Les soirs clairs, regarder le soleil décliner sur Cavalaire, et te voir tout sourire courir dans ma direction, oh Anna, I'll come back.
mercredi 23 juillet 2008
mercredi 2 juillet 2008
Et cette horrible impression d'en faire toujours trop. Je veux tout et je ne veux rien, Cécilia qui danse dans ma tête, et le déboîtement du coeur, j'arriverai peut être un jour à saisir comment il fonctionne et pourquoi il déraille tout le temps. Je me demande si l'isotrétinoïne est capable de déssécher mon coeur. Je deviens endurante à la douleur, je veux aussi revoir le sourire de C.
vendredi 27 juin 2008
mercredi 25 juin 2008
Imagine all the girls

La peau reste douce, Diane s'efface lentement de mon corps, ses empreintes disparaissent, elle n'avait pas appuyé assez fort sur l'épiderme, ce ne sont pas les traces fossiles, il faudra du temps pour oublier. C'était la Javel sur les lèvres aujourd'hui, les rires avec les autres, l'orage et le beau temps, le Bonheur simple.
Je veux m'enfermer dans la spirale des mots et ne plus en sortir. Jamais. Mon rempart contre le faux visage.
(PS: La photo du Bonheur)
Mademoiselle Elsa
lundi 23 juin 2008
Se faire manger toute crue.
Camille me parle de poison en intraveineuse, elle ne sait pas combien elle est proche de la vérité. On remplace le poison par les mots douloureux, les mots interdits, qui font partie de ceux qui décollent le coeur à l'interieur.

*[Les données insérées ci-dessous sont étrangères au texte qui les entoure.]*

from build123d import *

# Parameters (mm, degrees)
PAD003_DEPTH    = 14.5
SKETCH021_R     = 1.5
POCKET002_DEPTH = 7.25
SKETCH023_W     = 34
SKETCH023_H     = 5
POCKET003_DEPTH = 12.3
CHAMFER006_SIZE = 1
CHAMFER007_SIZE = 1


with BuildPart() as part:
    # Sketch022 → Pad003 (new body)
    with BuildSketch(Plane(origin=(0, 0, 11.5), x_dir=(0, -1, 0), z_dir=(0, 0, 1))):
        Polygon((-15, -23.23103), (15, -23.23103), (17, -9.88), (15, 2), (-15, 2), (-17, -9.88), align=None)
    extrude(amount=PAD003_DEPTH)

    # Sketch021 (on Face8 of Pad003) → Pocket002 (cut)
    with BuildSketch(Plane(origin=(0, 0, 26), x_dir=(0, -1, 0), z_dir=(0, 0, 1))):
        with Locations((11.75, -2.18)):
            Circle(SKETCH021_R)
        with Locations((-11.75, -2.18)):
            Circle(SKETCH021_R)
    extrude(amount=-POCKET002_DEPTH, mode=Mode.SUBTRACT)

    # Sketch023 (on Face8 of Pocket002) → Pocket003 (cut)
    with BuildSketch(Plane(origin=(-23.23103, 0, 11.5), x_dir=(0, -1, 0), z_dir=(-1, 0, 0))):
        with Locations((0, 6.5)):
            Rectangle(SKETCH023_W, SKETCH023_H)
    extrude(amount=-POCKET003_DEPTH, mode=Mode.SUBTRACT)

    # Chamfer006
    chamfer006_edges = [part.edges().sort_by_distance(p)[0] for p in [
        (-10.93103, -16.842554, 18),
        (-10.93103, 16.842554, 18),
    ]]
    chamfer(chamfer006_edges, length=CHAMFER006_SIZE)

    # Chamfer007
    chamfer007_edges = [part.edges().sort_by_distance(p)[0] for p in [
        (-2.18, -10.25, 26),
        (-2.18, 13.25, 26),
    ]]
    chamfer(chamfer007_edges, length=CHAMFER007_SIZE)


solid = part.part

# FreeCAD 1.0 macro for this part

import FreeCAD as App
import Part
import Sketcher
Q = App.Units.Quantity


def edges_at(feature, points):
    """Names of the edges that pass closest to the given points."""
    edges = feature.Shape.Edges
    near = lambda p: min(range(len(edges)), key=lambda i: edges[i].distToShape(Part.Vertex(*p))[0])
    return sorted({f"Edge{near(p) + 1}" for p in points})

doc = App.newDocument("Part")
body = doc.addObject("PartDesign::Body", "Body")

sketch1 = body.newObject("Sketcher::SketchObject", "Sketch")
sketch1.AttachmentSupport = (doc.getObject("XY_Plane"), [""])
sketch1.MapMode = "FlatFace"
sketch1.AttachmentOffset = App.Placement(App.Vector(0, 0, 11.5), App.Rotation())
sketch1.addGeometry([
    Part.LineSegment(App.Vector(-23.23103, 15, 0), App.Vector(-23.23103, -15, 0)),
    Part.LineSegment(App.Vector(-23.23103, -15, 0), App.Vector(-9.88, -17, 0)),
    Part.LineSegment(App.Vector(-9.88, -17, 0), App.Vector(2, -15, 0)),
    Part.LineSegment(App.Vector(2, -15, 0), App.Vector(2, 15, 0)),
    Part.LineSegment(App.Vector(2, 15, 0), App.Vector(-9.88, 17, 0)),
    Part.LineSegment(App.Vector(-9.88, 17, 0), App.Vector(-23.23103, 15, 0)),
], False)
sketch1.addConstraint([
    Sketcher.Constraint("Coincident", 0, 2, 1, 1),
    Sketcher.Constraint("Coincident", 1, 2, 2, 1),
    Sketcher.Constraint("Coincident", 2, 2, 3, 1),
    Sketcher.Constraint("Coincident", 3, 2, 4, 1),
    Sketcher.Constraint("Coincident", 4, 2, 5, 1),
    Sketcher.Constraint("Coincident", 5, 2, 0, 1),
    Sketcher.Constraint("Vertical", 0),
    Sketcher.Constraint("Vertical", 3),
    Sketcher.Constraint("Symmetric", 1, 2, 4, 2, -1),
    Sketcher.Constraint("Horizontal", 0, 2, 2, 2),
    Sketcher.Constraint("Horizontal", 3, 2, 5, 2),
    Sketcher.Constraint("Equal", 2, 4),
    Sketcher.Constraint("DistanceY", 0, 2, 0, 1, Q("30 mm")),
    Sketcher.Constraint("DistanceY", 1, 2, -1, 1, Q("17 mm")),
    Sketcher.Constraint("DistanceX", -1, 1, 2, 2, Q("2 mm")),
    Sketcher.Constraint("Distance", 1, Q("13.5 mm")),
    Sketcher.Constraint("DistanceX", 1, 2, -1, 1, Q("9.88 mm")),
])
pad1 = body.newObject("PartDesign::Pad", "Pad")
pad1.Profile = sketch1
pad1.Length = 14.5

sketch2 = body.newObject("Sketcher::SketchObject", "Sketch001")
sketch2.AttachmentSupport = (doc.getObject("XY_Plane"), [""])
sketch2.MapMode = "FlatFace"
sketch2.AttachmentOffset = App.Placement(App.Vector(0, 0, 26), App.Rotation())
sketch2.addGeometry([
    Part.Circle(App.Vector(-2.18, -11.75, 0), App.Vector(0, 0, 1), 1.5),
    Part.Circle(App.Vector(-2.18, 11.75, 0), App.Vector(0, 0, 1), 1.5),
], False)
sketch2.addConstraint([
    Sketcher.Constraint("Equal", 0, 1),
    Sketcher.Constraint("Symmetric", 0, 3, 1, 3, -1),
    Sketcher.Constraint("Diameter", 0, Q("3 mm")),
    Sketcher.Constraint("DistanceY", 0, 3, 1, 3, Q("23.5 mm")),
    Sketcher.Constraint("DistanceX", 0, 3, -1, 1, Q("2.18 mm")),
])
pocket1 = body.newObject("PartDesign::Pocket", "Pocket")
pocket1.Profile = sketch2
pocket1.Length = 7.25

sketch3 = body.newObject("Sketcher::SketchObject", "Sketch002")
sketch3.AttachmentSupport = (doc.getObject("YZ_Plane"), [""])
sketch3.MapMode = "FlatFace"
sketch3.AttachmentOffset = App.Placement(App.Vector(0, 0, -23.23103), App.Rotation())
sketch3.addGeometry([
    Part.LineSegment(App.Vector(17, 20.5, 0), App.Vector(17, 15.5, 0)),
    Part.LineSegment(App.Vector(17, 15.5, 0), App.Vector(-17, 15.5, 0)),
    Part.LineSegment(App.Vector(-17, 15.5, 0), App.Vector(-17, 20.5, 0)),
    Part.LineSegment(App.Vector(-17, 20.5, 0), App.Vector(17, 20.5, 0)),
], False)
sketch3.addConstraint([
    Sketcher.Constraint("Coincident", 0, 2, 1, 1),
    Sketcher.Constraint("Coincident", 1, 2, 2, 1),
    Sketcher.Constraint("Coincident", 2, 2, 3, 1),
    Sketcher.Constraint("Coincident", 3, 2, 0, 1),
    Sketcher.Constraint("Vertical", 0),
    Sketcher.Constraint("Horizontal", 1),
    Sketcher.Constraint("Vertical", 2),
    Sketcher.Constraint("Horizontal", 3),
    Sketcher.Constraint("DistanceX", 1, 2, 1, 1, Q("34 mm")),
    Sketcher.Constraint("DistanceY", 0, 2, 0, 1, Q("5 mm")),
    Sketcher.Constraint("DistanceX", -1, 1, 0, 2, Q("17 mm")),
    Sketcher.Constraint("DistanceY", -1, 1, 0, 2, Q("15.5 mm")),
])
pocket2 = body.newObject("PartDesign::Pocket", "Pocket001")
pocket2.Profile = sketch3
pocket2.Length = 12.3
pocket2.Reversed = True
doc.recompute()

chamfer = body.newObject("PartDesign::Chamfer", "Chamfer")
chamfer.Base = (pocket2, edges_at(pocket2, [(-10.931, -16.843, 18), (-10.931, 16.843, 18)]))
chamfer.Size = 1
doc.recompute()

chamfer2 = body.newObject("PartDesign::Chamfer", "Chamfer001")
chamfer2.Base = (chamfer, edges_at(chamfer, [(-2.18, -10.25, 26), (-2.18, 13.25, 26)]))
chamfer2.Size = 1

doc.recompute()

Mais elle me rassure, elle sera là, tout le monde sera là. Et l'autre sera enfin hors de moi.
Le piano dans l'herbe
Le sel s'enfonce sous la peau. J'avais si peur de perdre l'Absente et finalement, c'est chose faite. Elle a raison, les mensonges rongent tout, c'est comme la peste, ca se glisse sous la peau et ca vous dévore, avide. Pourtant je n'avais pas menti. Mais l'Absente ne veut rien entendre, elle se bouche les oreilles et me chasse, c'est l'ascenseur émotionnel, les rôles qui s'inversent. J'aurais souhaité que tout se passe différement, j'aurais tout fait pour que ça marche, que je redevienne l'Autre mais c'est impossible, être l'Autre est trop difficile, je n'arrive pas à suivre.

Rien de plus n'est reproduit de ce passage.